PhyLSTM loss scaling

NOTE: This has been proven to be unneccessary as the $\dot{B}$ is calculated from $B$ at all times, and can even be derived from $B$ when calculating the loss.
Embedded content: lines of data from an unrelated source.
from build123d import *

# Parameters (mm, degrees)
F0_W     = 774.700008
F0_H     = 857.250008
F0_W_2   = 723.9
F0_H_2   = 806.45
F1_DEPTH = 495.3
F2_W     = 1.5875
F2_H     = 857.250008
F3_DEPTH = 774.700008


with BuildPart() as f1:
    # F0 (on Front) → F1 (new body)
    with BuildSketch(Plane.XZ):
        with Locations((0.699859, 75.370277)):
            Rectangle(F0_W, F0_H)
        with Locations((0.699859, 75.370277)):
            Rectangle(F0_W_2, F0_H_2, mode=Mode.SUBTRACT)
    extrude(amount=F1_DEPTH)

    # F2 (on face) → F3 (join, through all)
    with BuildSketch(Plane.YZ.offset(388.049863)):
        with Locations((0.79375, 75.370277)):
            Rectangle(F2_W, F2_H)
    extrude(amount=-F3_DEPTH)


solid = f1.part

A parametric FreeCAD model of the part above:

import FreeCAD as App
import Part
import Sketcher

V = App.Vector
Q = App.Units.Quantity


def add_polygon(sketch, points):
    """Adds a closed chain of lines whose ends are joined by coincident constraints."""
    first, n = sketch.GeometryCount, len(points)
    for a, b in zip(points, points[1:] + points[:1]):
        sketch.addGeometry(Part.LineSegment(App.Vector(*a, 0), App.Vector(*b, 0)), False)
    for i in range(n):
        sketch.addConstraint(Sketcher.Constraint("Coincident", first + i, 2, first + (i + 1) % n, 1))

doc = App.newDocument("Part")
body = doc.addObject("PartDesign::Body", "Body")

# Sketch on XZ plane
sketch1 = body.newObject("Sketcher::SketchObject", "Sketch")
sketch1.AttachmentSupport = (doc.getObject("XZ_Plane"), [""])
sketch1.MapMode = "FlatFace"
add_polygon(sketch1, [(-387, 504), (-387, -353), (388, -353), (388, 504)])  # lines 0-3
add_polygon(sketch1, [(363, -328), (-361, -328), (-361, 479), (363, 479)])  # lines 4-7
sketch1.addConstraint([
    Sketcher.Constraint("Vertical", 0),
    Sketcher.Constraint("Horizontal", 1),
    Sketcher.Constraint("Vertical", 2),
    Sketcher.Constraint("Horizontal", 3),
    Sketcher.Constraint("Horizontal", 4),
    Sketcher.Constraint("Vertical", 5),
    Sketcher.Constraint("Horizontal", 6),
    Sketcher.Constraint("Vertical", 7),
    Sketcher.Constraint("DistanceX", 4, 2, 4, 1, Q("28.5 in")),
    Sketcher.Constraint("DistanceX", 0, 2, 4, 2, Q("1.0000002 in")),
    Sketcher.Constraint("DistanceY", 0, 2, 4, 2, Q("1.0000002 in")),
    Sketcher.Constraint("DistanceY", 5, 2, 3, 2, Q("1.0000002 in")),
    Sketcher.Constraint("DistanceX", 6, 2, 2, 2, Q("1.0000002 in")),
    Sketcher.Constraint("DistanceY", 5, 1, 5, 2, Q("31.75 in")),
    Sketcher.Constraint("DistanceY", -1, 1, 2, 2, Q("503.995281 mm")),
    Sketcher.Constraint("DistanceX", 4, 2, -1, 1, Q("361.250141 mm")),
])
pad1 = body.newObject("PartDesign::Pad", "Pad")
pad1.Profile = sketch1
pad1.Length = Q("19.5 in")

# Sketch on YZ plane
sketch2 = body.newObject("Sketcher::SketchObject", "Sketch001")
sketch2.AttachmentSupport = (doc.getObject("YZ_Plane"), [""])
sketch2.MapMode = "FlatFace"
sketch2.AttachmentOffset = App.Placement(V(0, 0, 388.049863), App.Rotation())
add_polygon(sketch2, [(0, 504), (0, -353.3), (1.6, -353.3), (1.6, 504)])  # lines 0-3
sketch2.addConstraint([
    Sketcher.Constraint("Vertical", 0),
    Sketcher.Constraint("Horizontal", 1),
    Sketcher.Constraint("Vertical", 2),
    Sketcher.Constraint("Horizontal", 3),
    Sketcher.Constraint("PointOnObject", 0, 2, -2),
    Sketcher.Constraint("DistanceX", 1, 1, 1, 2, Q("0.0625 in")),
    Sketcher.Constraint("DistanceY", 0, 2, 0, 1, Q("857.250008 mm")),
    Sketcher.Constraint("DistanceY", -1, 1, 2, 2, Q("503.995281 mm")),
])
pad2 = body.newObject("PartDesign::Pad", "Pad001")
pad2.Profile = sketch2
pad2.Length = 774.700008
pad2.Reversed = True

doc.recompute()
As seen in the PhyLSTM flow note, in the original PhyLSTM implementation by Francesco, the $B$ is processed as

$B_s=\frac{B-{\mu }_B}{{\sigma }_B}$ and then

$$\dot{B_s}=\frac{d{B}_s}{dt}=\frac{1}{{\sigma }_B}\frac{dB}{dt}=\frac{1}{{\sigma }_B}\dot{B}$$

Hence for the loss function

$$\begin{array}{r}\mathcal{L}=\sum _i^5{w}_i{\mathcal{L}}_i\end{array}$$

with

$$\begin{array}{rl}{\mathcal{L}}_1& =||B-\hat{B}|{|}^2\\ & =||({\sigma }_B{B}_s+{\mu }_B)-({\sigma }_B{\hat{B}}_s+{\mu }_B)|{|}^2\\ & ={\sigma }_B^2||B_s-{\hat{B}}_s|{|}^2\end{array}$$

and similarly

\begin{align} \mathcal{L}_2 & = || \dot{B} - \hat{\dot{B}} ||^2 \\ & = \sigma_\dot{B}^2||\dot{B}_s - \hat{\dot{B}}_s ||^2 \end{align}

But the scale by the $\sigma$ are baked into the loss weights $w_1$ and $w_2$ . However, for the third loss term

\begin{align} \mathcal{L}_3 & = || \hat{\dot{B}} - \dot{\hat{B}} ||^2 \\ & = || (\sigma_\dot{B}\hat{\dot{B}}_s +\mu_\dot{B} ) - \frac{d}{dt}(\sigma_B \hat{B}_s + \mu_B ) ||^2 \\ & = || (\sigma_\dot{B}\hat{\dot{B}}_s +\mu_\dot{B} ) - \sigma_B\dot{\hat{B}}_s ||^2 \end{align}

But in the case ${\dot{B}}_s=\frac{1}{{\sigma }_B}\dot{B}$ the third loss term becomes

$${\mathcal{L}}_3=||{\sigma }_B{\hat{\dot{B}}}_s-\frac{d}{dt}({\sigma }_B{\hat{B}}_s+{\mu }_B)|{|}^2={\sigma }_B^2||{\hat{\dot{B}}}_s-{\dot{\hat{B}}}_s|{|}^2$$

In other words, when using $\dot{B}$ that is acquired independently from $B$, the ${\mathcal{L}}_3$ must be calculated explicitly with the unscaled $\hat{\dot{B}}$.